Analysis or work that uses confidential data is role-based. Only those with proper training may work with the data. Dashboards using the database must be restricted to white-listed computers.

If data is downloaded from the database for purpose of doing more analysis, the work must be done on a white-listed computer and not transferred to any other computer. A better solution may be to use a computer instance in the cloud and set up a Jupyter instance. This helps limit concerns with the computer being hacked, stolen, or lost and the need for other routines to encrypt white-listed computers.

Data purging

When the subscriber revokes consent, their data in the conditional access database is removed, and the consent database is updated with new rules for data ingestion. The same routine applies when the subscriber asks to be forgotten.
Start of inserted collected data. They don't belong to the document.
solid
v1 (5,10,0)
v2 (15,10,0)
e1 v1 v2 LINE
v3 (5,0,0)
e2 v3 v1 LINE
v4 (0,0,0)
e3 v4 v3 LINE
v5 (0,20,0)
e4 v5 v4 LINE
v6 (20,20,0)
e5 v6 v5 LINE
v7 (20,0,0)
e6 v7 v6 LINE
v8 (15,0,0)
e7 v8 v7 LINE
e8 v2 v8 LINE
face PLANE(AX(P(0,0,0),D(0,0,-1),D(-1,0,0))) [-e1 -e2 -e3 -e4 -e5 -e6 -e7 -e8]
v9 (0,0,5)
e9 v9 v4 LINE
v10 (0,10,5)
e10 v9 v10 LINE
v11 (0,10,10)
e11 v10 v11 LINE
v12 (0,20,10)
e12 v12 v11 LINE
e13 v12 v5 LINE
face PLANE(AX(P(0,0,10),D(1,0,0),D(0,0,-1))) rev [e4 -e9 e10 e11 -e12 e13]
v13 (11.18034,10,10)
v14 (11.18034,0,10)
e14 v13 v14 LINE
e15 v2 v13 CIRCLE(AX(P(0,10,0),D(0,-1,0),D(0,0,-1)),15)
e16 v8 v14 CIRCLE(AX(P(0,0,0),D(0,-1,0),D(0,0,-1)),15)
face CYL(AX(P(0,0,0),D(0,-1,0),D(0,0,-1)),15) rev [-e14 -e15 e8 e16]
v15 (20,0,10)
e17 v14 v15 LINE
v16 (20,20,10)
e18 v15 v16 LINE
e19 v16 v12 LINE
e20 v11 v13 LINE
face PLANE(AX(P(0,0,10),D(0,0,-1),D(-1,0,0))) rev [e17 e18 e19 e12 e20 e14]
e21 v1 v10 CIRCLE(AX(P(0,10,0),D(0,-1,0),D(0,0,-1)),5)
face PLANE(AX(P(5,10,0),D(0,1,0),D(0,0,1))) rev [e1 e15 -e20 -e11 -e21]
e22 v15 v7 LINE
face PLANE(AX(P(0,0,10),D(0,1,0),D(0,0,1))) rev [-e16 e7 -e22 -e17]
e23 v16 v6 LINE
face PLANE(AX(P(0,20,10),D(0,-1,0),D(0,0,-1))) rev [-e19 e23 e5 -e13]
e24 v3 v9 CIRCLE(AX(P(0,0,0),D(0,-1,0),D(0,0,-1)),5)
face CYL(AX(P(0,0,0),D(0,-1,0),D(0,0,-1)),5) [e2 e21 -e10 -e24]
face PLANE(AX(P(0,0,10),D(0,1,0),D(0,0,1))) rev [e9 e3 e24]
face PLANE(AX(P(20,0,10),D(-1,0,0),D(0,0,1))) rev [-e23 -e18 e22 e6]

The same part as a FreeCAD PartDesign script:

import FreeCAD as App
import Part
import Sketcher

V = App.Vector


def add_polygon(sketch, points):
    """Adds a closed chain of lines whose ends are joined by coincident constraints."""
    first, n = sketch.GeometryCount, len(points)
    for a, b in zip(points, points[1:] + points[:1]):
        sketch.addGeometry(Part.LineSegment(App.Vector(*a, 0), App.Vector(*b, 0)), False)
    for i in range(n):
        sketch.addConstraint(Sketcher.Constraint("Coincident", first + i, 2, first + (i + 1) % n, 1))

doc = App.newDocument("Part")
body = doc.addObject("PartDesign::Body", "Body")

sketch1 = body.newObject("Sketcher::SketchObject", "Sketch")
sketch1.AttachmentSupport = (doc.getObject("XY_Plane"), [""])
sketch1.MapMode = "FlatFace"
add_polygon(sketch1, [(0, 20), (0, 0), (20, 0), (20, 20)])
sketch1.addConstraint([
    Sketcher.Constraint("Vertical", 0),
    Sketcher.Constraint("Horizontal", 1),
    Sketcher.Constraint("Vertical", 2),
    Sketcher.Constraint("Horizontal", 3),
    Sketcher.Constraint("Coincident", 0, 2, -1, 1),
    Sketcher.Constraint("Equal", 3, 0),
    Sketcher.Constraint("DistanceX", 1, 1, 1, 2, 20.0),
])
pad1 = body.newObject("PartDesign::Pad", "Pad")
pad1.Profile = sketch1
pad1.Length = 10

sketch2 = body.newObject("Sketcher::SketchObject", "Sketch001")
sketch2.AttachmentSupport = (doc.getObject("XY_Plane"), [""])
sketch2.MapMode = "FlatFace"
add_polygon(sketch2, [(5, 10), (5, 0), (15, 0), (15, 10)])
sketch2.addConstraint([
    Sketcher.Constraint("Vertical", 0),
    Sketcher.Constraint("Horizontal", 1),
    Sketcher.Constraint("Vertical", 2),
    Sketcher.Constraint("Horizontal", 3),
    Sketcher.Constraint("PointOnObject", 0, 2, -1),
    Sketcher.Constraint("Equal", 3, 0),
    Sketcher.Constraint("DistanceX", 1, 1, 1, 2, 10.0),
    Sketcher.Constraint("DistanceX", -1, 1, 0, 2, 5.0),
])
groove = body.newObject("PartDesign::Groove", "Groove")
groove.Profile = sketch2
groove.ReferenceAxis = (sketch2, ["V_Axis"])
groove.Angle = 360

doc.recompute()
The following diagram shows the routine for sharing a dataset with a partner. The service provider prepares the agreed-upon dataset, and the partner ingests the dataset into a secure database (Figure 5). Depending on how often the dataset is shared with the partner, it may or may not be necessary to setup a consent verification routine. The consent verification routine verifies whether the individual consent certificates have been revoked. If consent has been revoked, the partner updates the database.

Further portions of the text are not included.